• _EXERCISE DIRECTIONS_
Only one stretch of the listing below is wanted. Give it again exactly, from the line with "f 69 67 351" through the line with "f 368 364 33".

• _GIVEN RECORDS_
---*---

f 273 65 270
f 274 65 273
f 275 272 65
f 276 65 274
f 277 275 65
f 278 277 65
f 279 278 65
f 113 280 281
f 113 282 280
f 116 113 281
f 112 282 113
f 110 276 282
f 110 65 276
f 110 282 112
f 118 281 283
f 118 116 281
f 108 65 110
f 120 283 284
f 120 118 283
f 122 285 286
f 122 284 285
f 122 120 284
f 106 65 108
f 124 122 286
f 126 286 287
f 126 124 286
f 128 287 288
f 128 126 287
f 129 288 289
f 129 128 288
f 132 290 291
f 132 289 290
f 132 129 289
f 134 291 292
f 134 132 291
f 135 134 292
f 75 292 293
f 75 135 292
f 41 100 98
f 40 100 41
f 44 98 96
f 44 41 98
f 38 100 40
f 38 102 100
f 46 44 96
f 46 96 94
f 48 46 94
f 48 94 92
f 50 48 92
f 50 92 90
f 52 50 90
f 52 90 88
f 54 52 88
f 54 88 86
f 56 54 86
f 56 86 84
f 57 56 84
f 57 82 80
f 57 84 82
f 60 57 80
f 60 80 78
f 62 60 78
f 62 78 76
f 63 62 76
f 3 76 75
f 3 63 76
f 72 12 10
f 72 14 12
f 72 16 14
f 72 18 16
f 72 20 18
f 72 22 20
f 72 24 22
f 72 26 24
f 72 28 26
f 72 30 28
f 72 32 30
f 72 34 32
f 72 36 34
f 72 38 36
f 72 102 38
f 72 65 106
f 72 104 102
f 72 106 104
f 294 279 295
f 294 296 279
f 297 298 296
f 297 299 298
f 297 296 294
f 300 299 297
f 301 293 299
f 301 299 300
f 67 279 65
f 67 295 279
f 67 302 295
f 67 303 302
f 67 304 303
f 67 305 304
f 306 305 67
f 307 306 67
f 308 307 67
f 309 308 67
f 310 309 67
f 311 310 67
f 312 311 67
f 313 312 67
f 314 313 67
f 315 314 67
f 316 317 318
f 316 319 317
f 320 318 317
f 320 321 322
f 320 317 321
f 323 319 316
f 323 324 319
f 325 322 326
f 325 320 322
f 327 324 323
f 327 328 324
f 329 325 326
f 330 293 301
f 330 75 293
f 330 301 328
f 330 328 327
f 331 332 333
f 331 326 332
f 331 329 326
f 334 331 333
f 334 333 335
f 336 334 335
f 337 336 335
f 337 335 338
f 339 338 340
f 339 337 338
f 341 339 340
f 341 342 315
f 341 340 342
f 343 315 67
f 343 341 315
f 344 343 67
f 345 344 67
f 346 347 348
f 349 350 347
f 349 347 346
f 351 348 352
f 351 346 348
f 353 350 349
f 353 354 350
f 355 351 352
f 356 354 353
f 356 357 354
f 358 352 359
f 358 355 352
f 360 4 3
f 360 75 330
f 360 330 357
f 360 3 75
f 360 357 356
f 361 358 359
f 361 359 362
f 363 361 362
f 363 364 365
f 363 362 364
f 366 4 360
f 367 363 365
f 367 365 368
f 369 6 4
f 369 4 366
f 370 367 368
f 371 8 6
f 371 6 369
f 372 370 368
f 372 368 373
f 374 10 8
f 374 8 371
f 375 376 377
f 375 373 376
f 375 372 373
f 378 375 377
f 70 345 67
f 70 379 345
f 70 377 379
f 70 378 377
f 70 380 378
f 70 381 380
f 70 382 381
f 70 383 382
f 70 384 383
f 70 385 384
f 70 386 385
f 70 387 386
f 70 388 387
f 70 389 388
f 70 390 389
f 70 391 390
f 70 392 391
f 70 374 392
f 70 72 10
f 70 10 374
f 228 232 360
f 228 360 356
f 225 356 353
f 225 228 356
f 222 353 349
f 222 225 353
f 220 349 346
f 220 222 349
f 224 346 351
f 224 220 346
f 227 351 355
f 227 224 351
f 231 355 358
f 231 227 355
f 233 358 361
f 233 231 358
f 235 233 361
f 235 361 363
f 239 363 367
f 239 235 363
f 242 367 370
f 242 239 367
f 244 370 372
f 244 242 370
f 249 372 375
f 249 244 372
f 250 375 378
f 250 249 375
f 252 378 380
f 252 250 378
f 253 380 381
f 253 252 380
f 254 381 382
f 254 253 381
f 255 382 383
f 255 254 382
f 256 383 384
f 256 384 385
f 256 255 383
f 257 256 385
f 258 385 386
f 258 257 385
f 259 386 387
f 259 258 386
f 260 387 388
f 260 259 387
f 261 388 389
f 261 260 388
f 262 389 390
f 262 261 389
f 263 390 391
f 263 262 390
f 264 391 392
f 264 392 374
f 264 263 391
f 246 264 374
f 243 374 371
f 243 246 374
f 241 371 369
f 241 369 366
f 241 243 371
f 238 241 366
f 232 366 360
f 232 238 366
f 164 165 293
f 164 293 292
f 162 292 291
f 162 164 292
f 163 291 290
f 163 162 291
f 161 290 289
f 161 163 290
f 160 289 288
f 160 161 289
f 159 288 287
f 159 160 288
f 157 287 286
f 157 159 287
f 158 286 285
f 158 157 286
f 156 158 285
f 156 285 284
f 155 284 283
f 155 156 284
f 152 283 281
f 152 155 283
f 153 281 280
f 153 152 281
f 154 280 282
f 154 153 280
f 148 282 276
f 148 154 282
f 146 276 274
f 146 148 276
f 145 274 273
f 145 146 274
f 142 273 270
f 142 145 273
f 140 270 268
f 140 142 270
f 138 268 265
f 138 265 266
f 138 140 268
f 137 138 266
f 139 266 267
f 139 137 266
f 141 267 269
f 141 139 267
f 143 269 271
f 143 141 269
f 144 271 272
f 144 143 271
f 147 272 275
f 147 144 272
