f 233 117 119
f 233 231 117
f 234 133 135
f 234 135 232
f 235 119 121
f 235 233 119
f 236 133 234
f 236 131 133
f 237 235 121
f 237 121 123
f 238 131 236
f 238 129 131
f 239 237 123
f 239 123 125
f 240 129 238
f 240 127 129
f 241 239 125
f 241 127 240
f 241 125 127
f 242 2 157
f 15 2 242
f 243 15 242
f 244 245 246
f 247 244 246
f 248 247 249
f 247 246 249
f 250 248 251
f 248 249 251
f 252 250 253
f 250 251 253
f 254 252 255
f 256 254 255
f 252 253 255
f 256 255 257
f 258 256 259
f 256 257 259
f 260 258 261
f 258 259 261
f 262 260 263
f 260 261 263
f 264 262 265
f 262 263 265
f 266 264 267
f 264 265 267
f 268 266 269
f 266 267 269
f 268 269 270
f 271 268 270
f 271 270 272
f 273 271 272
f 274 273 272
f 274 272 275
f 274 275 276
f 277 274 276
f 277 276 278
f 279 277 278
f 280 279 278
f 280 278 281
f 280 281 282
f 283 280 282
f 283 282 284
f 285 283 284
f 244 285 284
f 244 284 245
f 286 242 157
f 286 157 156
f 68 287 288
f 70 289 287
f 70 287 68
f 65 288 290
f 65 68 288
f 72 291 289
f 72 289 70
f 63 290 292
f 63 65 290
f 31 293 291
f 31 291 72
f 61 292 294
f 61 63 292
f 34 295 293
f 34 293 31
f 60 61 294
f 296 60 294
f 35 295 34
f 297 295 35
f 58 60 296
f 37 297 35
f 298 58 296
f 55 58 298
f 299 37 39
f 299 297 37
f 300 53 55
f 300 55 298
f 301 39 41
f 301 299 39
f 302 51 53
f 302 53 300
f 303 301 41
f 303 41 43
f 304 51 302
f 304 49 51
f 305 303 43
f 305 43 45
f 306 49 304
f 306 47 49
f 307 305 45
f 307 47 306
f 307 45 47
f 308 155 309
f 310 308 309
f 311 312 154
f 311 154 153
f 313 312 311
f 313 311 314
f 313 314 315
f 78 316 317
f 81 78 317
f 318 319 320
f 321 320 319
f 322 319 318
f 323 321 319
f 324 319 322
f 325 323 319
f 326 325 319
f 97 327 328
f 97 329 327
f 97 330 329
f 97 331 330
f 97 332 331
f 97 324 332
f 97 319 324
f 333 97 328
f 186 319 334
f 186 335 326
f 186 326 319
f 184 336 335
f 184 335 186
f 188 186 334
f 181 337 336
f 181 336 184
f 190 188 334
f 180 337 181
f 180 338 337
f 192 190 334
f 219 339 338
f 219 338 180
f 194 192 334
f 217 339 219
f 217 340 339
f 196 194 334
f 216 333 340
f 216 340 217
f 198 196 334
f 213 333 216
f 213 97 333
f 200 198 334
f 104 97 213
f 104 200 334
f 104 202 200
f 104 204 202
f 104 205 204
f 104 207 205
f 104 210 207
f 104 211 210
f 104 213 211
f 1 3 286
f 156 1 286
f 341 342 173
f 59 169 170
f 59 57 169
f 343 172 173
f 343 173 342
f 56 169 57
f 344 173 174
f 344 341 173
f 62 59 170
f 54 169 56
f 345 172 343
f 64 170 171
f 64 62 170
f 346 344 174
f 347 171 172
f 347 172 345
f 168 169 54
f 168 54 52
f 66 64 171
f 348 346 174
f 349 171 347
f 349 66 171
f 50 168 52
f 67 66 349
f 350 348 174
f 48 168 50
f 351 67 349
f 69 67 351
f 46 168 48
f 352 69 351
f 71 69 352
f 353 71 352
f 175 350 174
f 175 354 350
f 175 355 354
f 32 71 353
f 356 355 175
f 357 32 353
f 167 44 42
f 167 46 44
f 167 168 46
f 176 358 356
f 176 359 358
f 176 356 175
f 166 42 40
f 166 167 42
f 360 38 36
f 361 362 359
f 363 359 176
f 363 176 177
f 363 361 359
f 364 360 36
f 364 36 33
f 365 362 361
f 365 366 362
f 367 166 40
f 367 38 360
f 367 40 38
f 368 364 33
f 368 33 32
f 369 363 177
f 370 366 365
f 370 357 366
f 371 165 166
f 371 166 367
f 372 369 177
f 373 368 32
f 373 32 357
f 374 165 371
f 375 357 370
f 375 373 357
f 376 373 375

---*---

• _OUTPUT OF THE EXERCISE_
f 69 67 351
f 46 168 48
f 352 69 351
f 71 69 352
f 353 71 352
f 175 350 174
f 175 354 350
f 175 355 354
f 32 71 353
f 356 355 175
f 357 32 353
f 167 44 42
f 167 46 44
f 167 168 46
f 176 358 356
f 176 359 358
f 176 356 175
f 166 42 40
f 166 167 42
f 360 38 36
f 361 362 359
f 363 359 176
f 363 176 177
f 363 361 359
f 364 360 36
f 364 36 33
f 365 362 361
f 365 366 362
f 367 166 40
f 367 38 360
f 367 40 38
f 368 364 33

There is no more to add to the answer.